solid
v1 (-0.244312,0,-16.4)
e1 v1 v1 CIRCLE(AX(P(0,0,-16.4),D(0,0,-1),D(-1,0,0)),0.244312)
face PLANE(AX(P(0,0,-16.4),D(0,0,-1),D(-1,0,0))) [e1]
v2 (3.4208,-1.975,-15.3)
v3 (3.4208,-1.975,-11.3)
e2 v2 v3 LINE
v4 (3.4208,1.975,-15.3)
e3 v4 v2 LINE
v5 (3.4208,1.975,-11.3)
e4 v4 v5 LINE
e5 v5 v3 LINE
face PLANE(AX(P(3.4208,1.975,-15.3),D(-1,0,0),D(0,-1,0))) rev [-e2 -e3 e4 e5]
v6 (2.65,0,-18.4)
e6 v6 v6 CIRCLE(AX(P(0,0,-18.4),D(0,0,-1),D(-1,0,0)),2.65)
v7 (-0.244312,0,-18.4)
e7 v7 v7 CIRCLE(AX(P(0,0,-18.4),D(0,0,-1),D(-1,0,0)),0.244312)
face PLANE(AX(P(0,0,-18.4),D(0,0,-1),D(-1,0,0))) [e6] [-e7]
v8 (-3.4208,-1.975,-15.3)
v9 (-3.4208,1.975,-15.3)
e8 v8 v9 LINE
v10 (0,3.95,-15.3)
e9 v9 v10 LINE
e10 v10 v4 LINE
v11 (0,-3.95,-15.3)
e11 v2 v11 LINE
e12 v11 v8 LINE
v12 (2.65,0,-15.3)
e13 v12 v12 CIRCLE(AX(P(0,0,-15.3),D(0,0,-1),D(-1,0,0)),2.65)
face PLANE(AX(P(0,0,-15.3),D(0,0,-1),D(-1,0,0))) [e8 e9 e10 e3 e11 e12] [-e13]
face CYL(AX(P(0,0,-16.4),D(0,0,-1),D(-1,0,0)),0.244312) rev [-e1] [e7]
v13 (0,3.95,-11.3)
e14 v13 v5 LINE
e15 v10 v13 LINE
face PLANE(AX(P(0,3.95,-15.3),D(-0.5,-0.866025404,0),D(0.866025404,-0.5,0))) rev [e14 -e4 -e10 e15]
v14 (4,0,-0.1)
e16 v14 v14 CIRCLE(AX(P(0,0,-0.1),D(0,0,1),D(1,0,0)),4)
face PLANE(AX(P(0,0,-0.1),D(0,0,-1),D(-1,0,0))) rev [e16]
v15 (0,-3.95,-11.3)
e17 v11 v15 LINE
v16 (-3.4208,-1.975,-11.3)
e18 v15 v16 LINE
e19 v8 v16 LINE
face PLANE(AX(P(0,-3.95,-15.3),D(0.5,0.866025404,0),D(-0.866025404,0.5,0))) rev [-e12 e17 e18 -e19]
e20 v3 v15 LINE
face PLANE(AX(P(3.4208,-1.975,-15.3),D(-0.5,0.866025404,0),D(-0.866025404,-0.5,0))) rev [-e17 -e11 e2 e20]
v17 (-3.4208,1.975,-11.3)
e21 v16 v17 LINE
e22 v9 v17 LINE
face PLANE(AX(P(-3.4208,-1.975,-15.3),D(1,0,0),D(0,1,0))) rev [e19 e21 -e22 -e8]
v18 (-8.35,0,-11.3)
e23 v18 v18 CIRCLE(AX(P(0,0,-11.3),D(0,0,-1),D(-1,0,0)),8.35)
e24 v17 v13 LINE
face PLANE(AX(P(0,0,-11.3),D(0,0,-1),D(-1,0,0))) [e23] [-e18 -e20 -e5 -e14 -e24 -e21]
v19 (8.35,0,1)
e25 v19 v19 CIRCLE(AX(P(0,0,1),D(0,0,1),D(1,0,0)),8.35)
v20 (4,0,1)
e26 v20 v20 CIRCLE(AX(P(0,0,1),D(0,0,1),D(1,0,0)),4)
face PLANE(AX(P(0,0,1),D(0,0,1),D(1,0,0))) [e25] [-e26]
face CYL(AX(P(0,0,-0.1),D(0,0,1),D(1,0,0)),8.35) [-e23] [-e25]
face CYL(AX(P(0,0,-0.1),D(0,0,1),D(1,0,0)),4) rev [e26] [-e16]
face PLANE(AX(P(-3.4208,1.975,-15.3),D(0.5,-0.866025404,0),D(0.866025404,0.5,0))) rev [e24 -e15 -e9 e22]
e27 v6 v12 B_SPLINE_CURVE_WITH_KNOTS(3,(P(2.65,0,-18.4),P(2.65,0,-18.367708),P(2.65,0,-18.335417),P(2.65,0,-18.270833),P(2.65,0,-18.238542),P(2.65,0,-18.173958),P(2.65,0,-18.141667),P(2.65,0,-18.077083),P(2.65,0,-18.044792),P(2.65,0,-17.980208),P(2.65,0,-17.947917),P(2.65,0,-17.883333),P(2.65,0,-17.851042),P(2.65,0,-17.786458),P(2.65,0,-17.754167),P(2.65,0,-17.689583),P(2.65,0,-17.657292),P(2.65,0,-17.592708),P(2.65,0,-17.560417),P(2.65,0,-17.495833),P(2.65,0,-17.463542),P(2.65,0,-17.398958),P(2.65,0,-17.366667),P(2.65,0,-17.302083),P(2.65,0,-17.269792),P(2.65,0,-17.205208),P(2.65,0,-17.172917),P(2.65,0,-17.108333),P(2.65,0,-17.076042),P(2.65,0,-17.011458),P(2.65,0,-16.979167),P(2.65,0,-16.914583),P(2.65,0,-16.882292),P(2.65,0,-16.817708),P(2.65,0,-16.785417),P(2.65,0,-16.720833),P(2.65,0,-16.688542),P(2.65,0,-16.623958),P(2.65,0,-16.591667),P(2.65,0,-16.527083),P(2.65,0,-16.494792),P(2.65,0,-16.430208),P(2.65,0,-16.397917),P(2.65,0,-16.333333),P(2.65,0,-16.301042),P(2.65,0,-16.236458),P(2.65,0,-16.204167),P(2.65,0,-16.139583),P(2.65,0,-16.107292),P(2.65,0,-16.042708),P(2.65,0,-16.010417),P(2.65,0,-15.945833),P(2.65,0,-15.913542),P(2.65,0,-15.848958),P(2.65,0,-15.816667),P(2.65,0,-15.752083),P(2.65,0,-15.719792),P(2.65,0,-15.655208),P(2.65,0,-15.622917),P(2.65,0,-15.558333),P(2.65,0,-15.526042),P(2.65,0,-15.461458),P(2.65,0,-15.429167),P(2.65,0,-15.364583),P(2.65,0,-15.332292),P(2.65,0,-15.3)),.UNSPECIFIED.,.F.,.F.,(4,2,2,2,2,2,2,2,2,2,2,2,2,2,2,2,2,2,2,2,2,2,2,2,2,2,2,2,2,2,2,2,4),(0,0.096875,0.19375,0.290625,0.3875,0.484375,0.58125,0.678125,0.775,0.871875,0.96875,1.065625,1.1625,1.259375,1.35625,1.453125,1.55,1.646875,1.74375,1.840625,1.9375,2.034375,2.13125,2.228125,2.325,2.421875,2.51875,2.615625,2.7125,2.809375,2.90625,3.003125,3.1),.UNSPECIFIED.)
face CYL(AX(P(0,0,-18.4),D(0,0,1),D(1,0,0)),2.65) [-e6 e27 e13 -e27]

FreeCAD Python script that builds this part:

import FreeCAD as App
import Part
import Sketcher
Q = App.Units.Quantity


def add_polygon(sketch, points):
    """Adds a closed chain of lines whose ends are joined by coincident constraints."""
    first, n = sketch.GeometryCount, len(points)
    for a, b in zip(points, points[1:] + points[:1]):
        sketch.addGeometry(Part.LineSegment(App.Vector(*a, 0), App.Vector(*b, 0)), False)
    for i in range(n):
        sketch.addConstraint(Sketcher.Constraint("Coincident", first + i, 2, first + (i + 1) % n, 1))

doc = App.newDocument("Part")
body = doc.addObject("PartDesign::Body", "Body")

# Sketch on XY plane
sketch1 = body.newObject("Sketcher::SketchObject", "Sketch")
sketch1.AttachmentSupport = (doc.getObject("XY_Plane"), [""])
sketch1.MapMode = "FlatFace"
sketch1.addGeometry([
    Part.Circle(App.Vector(0, 0, 0), App.Vector(0, 0, 1), 8.3),
    Part.Circle(App.Vector(0, 0, 0), App.Vector(0, 0, 1), 4),
], False)
sketch1.addConstraint([
    Sketcher.Constraint("Coincident", 0, 3, -1, 1),
    Sketcher.Constraint("Coincident", 1, 3, -1, 1),
    Sketcher.Constraint("Diameter", 1, 8.0),
    Sketcher.Constraint("Diameter", 0, 16.7),
])
pad1 = body.newObject("PartDesign::Pad", "Pad")
pad1.Profile = sketch1
pad1.Type = "TwoLengths"
pad1.Length = 1
pad1.Length2 = 0.1

# Sketch on XY plane
sketch2 = body.newObject("Sketcher::SketchObject", "Sketch001")
sketch2.AttachmentSupport = (doc.getObject("XY_Plane"), [""])
sketch2.MapMode = "FlatFace"
sketch2.AttachmentOffset = App.Placement(App.Vector(0, 0, -0.1), App.Rotation())
sketch2.addGeometry(Part.Circle(App.Vector(0, 0, 0), App.Vector(0, 0, 1), 8), False)
sketch2.addConstraint([
    Sketcher.Constraint("Coincident", 0, 3, -1, 1),
    Sketcher.Constraint("Diameter", 0, 16.7),
])
pad2 = body.newObject("PartDesign::Pad", "Pad001")
pad2.Profile = sketch2
pad2.Length = 11.2
pad2.Reversed = True

# Sketch on XY plane
sketch3 = body.newObject("Sketcher::SketchObject", "Sketch002")
sketch3.AttachmentSupport = (doc.getObject("XY_Plane"), [""])
sketch3.MapMode = "FlatFace"
sketch3.AttachmentOffset = App.Placement(App.Vector(0, 0, -11.3), App.Rotation())
add_polygon(sketch3, [(0, 4), (3.4, 2), (3.4, -2), (0, -4), (-3.4, -2), (-3.4, 2)])  # lines 0-5
sketch3.addConstraint([
    Sketcher.Constraint("Vertical", 1),
    Sketcher.Constraint("Vertical", 4),
    Sketcher.Constraint("Symmetric", 0, 2, 3, 2, -1, 1),
    Sketcher.Constraint("Symmetric", 2, 2, 5, 2, -1, 1),
    Sketcher.Constraint("PointOnObject", 2, 2, -2),
    Sketcher.Constraint("Parallel", 2, 5),
    Sketcher.Constraint("Horizontal", 1, 2, 3, 2),
    Sketcher.Constraint("Angle", 0, Q("-30 deg")),
    Sketcher.Constraint("DistanceY", 1, 2, 1, 1, 3.95),
    Sketcher.Constraint("DistanceY", 2, 2, 5, 2, 7.9),
])
pad3 = body.newObject("PartDesign::Pad", "Pad002")
pad3.Profile = sketch3
pad3.Length = 4
pad3.Reversed = True

# Sketch on XY plane
sketch4 = body.newObject("Sketcher::SketchObject", "Sketch003")
sketch4.AttachmentSupport = (doc.getObject("XY_Plane"), [""])
sketch4.MapMode = "FlatFace"
sketch4.AttachmentOffset = App.Placement(App.Vector(0, 0, -15.3), App.Rotation())
sketch4.addGeometry(Part.Circle(App.Vector(0, 0, 0), App.Vector(0, 0, 1), 2.6), False)
sketch4.addConstraint([
    Sketcher.Constraint("Coincident", 0, 3, -1, 1),
    Sketcher.Constraint("Diameter", 0, 5.3),
])
pad4 = body.newObject("PartDesign::Pad", "Pad003")
pad4.Profile = sketch4
pad4.Length = 3.1
pad4.Reversed = True

# Sketch on XY plane
sketch5 = body.newObject("Sketcher::SketchObject", "Sketch004")
sketch5.AttachmentSupport = (doc.getObject("XY_Plane"), [""])
sketch5.MapMode = "FlatFace"
sketch5.AttachmentOffset = App.Placement(App.Vector(0, 0, -18.4), App.Rotation())
sketch5.addGeometry(Part.Circle(App.Vector(0, 0, 0), App.Vector(0, 0, 1), 0.24), False)
sketch5.addConstraint([
    Sketcher.Constraint("Coincident", 0, 3, -1, 1),
    Sketcher.Constraint("Diameter", 0, 0.488625),
])
pocket1 = body.newObject("PartDesign::Pocket", "Pocket")
pocket1.Profile = sketch5
pocket1.Length = 2
pocket1.Reversed = True

doc.recompute()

══════════

* _WORK INSTRUCTION_
Copy out only the lines of the records above from the one with "face CYL(AX(P(0,0,-0.1),D(0,0,1),D(1,0,0)),4) rev" through the one with "-e15 -e9 e22]", exactly as they stand, both included.

* _SOLUTION FOR THIS TASK_
face CYL(AX(P(0,0,-0.1),D(0,0,1),D(1,0,0)),4) rev [e26] [-e16]
face PLANE(AX(P(-3.4208,1.975,-15.3),D(0.5,-0.866025404,0),D(0.866025404,0.5,0))) rev [e24 -e15 -e9 e22]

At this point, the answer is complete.